▶ **ABOUT THIS TASK**
Set down exactly the lines of the records from the top to the line containing "v5 (-98.933,-82.55,0)"; include both.

--------------------

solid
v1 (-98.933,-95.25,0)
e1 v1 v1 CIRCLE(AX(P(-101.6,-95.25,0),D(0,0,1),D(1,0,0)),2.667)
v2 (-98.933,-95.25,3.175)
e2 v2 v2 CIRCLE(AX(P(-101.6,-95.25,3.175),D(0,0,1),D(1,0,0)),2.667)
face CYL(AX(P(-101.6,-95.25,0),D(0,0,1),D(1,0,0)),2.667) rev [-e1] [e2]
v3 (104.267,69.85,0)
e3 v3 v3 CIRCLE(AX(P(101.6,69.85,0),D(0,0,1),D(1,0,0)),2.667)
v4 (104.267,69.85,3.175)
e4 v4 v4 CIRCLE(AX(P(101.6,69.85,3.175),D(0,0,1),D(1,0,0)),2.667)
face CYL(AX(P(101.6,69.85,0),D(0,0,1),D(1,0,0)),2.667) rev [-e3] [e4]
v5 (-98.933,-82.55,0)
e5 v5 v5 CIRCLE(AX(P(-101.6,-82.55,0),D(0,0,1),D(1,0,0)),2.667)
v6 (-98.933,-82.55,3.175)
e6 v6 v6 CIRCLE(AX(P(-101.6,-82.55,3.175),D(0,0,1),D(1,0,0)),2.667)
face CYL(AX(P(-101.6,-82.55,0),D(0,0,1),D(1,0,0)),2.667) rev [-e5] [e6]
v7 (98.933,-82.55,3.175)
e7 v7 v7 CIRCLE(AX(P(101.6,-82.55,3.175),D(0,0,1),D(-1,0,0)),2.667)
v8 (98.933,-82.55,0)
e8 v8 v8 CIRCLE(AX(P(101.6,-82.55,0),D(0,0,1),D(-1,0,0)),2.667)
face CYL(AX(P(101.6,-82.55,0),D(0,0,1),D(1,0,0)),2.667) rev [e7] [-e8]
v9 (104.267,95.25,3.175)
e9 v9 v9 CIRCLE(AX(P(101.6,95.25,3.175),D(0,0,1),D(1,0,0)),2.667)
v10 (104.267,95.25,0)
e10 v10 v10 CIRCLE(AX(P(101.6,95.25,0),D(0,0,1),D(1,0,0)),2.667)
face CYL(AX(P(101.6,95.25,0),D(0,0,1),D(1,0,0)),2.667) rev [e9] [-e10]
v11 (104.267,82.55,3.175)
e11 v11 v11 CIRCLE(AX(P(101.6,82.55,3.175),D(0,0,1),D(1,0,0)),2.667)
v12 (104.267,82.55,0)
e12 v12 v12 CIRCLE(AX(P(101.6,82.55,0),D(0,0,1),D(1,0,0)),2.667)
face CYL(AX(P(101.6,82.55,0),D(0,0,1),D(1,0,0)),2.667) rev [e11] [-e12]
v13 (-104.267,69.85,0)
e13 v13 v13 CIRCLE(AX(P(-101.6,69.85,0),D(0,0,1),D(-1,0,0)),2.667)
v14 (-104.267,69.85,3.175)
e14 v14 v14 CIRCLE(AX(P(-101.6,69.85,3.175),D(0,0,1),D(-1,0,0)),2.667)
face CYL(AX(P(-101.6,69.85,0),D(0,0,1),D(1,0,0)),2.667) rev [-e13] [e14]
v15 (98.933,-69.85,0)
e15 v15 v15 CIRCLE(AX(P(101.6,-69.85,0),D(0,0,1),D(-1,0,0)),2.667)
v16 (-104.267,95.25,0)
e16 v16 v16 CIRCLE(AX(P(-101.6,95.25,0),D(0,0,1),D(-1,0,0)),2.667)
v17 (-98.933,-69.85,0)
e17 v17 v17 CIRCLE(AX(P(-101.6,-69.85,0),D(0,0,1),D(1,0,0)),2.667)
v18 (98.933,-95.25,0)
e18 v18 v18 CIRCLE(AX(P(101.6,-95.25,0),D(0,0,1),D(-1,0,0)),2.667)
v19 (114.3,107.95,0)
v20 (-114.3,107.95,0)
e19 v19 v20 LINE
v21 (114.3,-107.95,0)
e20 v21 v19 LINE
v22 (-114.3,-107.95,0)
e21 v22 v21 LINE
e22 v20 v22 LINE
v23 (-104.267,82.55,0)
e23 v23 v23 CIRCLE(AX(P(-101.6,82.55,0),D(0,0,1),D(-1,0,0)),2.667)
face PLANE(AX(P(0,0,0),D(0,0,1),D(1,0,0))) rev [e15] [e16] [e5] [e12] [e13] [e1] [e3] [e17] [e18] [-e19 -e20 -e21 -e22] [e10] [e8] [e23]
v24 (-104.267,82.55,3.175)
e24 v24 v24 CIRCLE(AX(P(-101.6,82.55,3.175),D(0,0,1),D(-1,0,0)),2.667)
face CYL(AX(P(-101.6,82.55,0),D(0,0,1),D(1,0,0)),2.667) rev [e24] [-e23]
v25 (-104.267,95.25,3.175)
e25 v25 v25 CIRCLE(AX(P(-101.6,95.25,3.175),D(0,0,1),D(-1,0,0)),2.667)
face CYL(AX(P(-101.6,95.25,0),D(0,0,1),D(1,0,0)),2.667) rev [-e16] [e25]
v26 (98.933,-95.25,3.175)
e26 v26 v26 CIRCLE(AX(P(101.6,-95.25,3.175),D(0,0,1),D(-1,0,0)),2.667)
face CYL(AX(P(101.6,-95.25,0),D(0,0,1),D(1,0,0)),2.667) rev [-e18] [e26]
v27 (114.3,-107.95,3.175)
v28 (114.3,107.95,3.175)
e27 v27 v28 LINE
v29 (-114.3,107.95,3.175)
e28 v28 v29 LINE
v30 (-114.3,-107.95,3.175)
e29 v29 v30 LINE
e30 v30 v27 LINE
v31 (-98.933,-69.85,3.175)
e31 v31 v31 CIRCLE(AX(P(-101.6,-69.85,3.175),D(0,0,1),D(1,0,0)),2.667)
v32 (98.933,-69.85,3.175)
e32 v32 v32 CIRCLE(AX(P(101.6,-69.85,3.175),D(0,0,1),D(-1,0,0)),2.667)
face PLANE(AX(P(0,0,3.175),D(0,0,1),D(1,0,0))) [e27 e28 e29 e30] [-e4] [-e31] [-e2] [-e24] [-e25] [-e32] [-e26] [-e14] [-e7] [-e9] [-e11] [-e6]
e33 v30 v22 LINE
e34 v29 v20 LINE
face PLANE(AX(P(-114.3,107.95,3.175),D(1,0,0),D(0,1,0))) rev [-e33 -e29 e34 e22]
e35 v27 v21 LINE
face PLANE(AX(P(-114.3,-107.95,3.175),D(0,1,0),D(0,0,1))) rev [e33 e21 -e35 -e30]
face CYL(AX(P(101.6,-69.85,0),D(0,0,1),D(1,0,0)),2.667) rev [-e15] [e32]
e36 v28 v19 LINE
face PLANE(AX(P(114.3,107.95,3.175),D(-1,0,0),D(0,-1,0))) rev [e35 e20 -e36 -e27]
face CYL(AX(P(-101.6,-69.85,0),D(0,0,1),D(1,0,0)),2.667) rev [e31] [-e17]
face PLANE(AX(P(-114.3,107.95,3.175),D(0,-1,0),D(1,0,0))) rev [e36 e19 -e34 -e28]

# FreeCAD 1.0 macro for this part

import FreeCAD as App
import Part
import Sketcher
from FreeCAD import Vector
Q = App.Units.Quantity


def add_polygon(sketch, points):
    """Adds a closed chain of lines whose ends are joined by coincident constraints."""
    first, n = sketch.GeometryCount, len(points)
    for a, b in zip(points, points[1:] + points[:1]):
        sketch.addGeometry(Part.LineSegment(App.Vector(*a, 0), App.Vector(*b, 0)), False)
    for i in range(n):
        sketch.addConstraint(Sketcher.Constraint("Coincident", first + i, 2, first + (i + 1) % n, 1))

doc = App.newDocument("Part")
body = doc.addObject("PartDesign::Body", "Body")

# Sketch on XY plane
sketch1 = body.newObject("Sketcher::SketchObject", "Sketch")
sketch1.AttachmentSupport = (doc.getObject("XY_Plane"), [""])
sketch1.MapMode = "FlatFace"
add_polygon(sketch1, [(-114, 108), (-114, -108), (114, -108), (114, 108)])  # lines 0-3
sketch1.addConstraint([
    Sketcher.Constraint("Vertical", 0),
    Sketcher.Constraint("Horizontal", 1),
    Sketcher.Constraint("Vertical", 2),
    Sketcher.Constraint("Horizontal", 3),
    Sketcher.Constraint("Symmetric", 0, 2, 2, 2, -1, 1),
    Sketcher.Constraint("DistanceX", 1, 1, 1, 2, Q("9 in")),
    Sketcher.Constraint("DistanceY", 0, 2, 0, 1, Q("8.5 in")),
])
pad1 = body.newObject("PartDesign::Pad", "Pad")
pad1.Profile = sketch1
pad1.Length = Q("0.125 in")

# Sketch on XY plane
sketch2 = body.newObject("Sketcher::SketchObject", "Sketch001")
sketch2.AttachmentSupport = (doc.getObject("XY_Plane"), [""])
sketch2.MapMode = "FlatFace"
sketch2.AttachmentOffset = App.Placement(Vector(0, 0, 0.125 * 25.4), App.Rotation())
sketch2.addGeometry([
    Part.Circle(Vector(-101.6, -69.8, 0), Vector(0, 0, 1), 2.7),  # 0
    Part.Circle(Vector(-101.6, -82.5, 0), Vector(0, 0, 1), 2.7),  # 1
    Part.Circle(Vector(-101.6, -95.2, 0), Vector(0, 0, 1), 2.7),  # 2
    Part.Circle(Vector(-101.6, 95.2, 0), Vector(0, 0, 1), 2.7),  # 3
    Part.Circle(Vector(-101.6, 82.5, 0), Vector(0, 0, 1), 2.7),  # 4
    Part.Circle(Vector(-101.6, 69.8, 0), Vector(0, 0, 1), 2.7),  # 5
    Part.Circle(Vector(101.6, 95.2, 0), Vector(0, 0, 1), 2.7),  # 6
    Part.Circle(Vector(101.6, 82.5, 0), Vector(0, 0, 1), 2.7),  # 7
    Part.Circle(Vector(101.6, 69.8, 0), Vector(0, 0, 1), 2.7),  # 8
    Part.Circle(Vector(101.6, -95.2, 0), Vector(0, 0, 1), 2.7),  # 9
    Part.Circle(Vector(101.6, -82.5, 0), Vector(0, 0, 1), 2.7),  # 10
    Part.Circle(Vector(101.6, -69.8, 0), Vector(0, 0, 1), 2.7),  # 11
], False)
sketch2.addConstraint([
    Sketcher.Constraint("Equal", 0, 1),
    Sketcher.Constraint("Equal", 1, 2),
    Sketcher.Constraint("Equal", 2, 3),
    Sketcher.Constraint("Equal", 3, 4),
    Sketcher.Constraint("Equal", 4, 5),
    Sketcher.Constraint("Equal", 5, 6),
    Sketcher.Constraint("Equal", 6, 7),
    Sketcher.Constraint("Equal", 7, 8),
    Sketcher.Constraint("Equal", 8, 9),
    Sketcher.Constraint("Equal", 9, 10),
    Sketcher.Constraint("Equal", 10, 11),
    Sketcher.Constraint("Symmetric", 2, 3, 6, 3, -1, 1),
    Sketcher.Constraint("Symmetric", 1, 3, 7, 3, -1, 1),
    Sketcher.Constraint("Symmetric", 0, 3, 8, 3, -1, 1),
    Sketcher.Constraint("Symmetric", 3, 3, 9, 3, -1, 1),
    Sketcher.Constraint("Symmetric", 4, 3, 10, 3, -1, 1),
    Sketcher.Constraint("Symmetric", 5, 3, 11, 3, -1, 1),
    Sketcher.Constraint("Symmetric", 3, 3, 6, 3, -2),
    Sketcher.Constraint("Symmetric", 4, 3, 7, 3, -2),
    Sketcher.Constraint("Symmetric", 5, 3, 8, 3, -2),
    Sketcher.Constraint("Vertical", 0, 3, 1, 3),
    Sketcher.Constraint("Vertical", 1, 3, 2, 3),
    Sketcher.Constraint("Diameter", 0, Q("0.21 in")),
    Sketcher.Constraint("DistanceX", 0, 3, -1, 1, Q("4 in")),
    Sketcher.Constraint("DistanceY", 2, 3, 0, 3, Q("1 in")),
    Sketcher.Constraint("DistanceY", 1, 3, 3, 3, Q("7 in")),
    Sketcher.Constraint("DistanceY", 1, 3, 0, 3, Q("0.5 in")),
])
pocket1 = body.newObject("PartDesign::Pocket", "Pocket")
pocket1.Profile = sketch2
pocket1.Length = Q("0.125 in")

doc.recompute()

--------------------

▶ **EXERCISE RESULT**
solid
v1 (-98.933,-95.25,0)
e1 v1 v1 CIRCLE(AX(P(-101.6,-95.25,0),D(0,0,1),D(1,0,0)),2.667)
v2 (-98.933,-95.25,3.175)
e2 v2 v2 CIRCLE(AX(P(-101.6,-95.25,3.175),D(0,0,1),D(1,0,0)),2.667)
face CYL(AX(P(-101.6,-95.25,0),D(0,0,1),D(1,0,0)),2.667) rev [-e1] [e2]
v3 (104.267,69.85,0)
e3 v3 v3 CIRCLE(AX(P(101.6,69.85,0),D(0,0,1),D(1,0,0)),2.667)
v4 (104.267,69.85,3.175)
e4 v4 v4 CIRCLE(AX(P(101.6,69.85,3.175),D(0,0,1),D(1,0,0)),2.667)
face CYL(AX(P(101.6,69.85,0),D(0,0,1),D(1,0,0)),2.667) rev [-e3] [e4]
v5 (-98.933,-82.55,0)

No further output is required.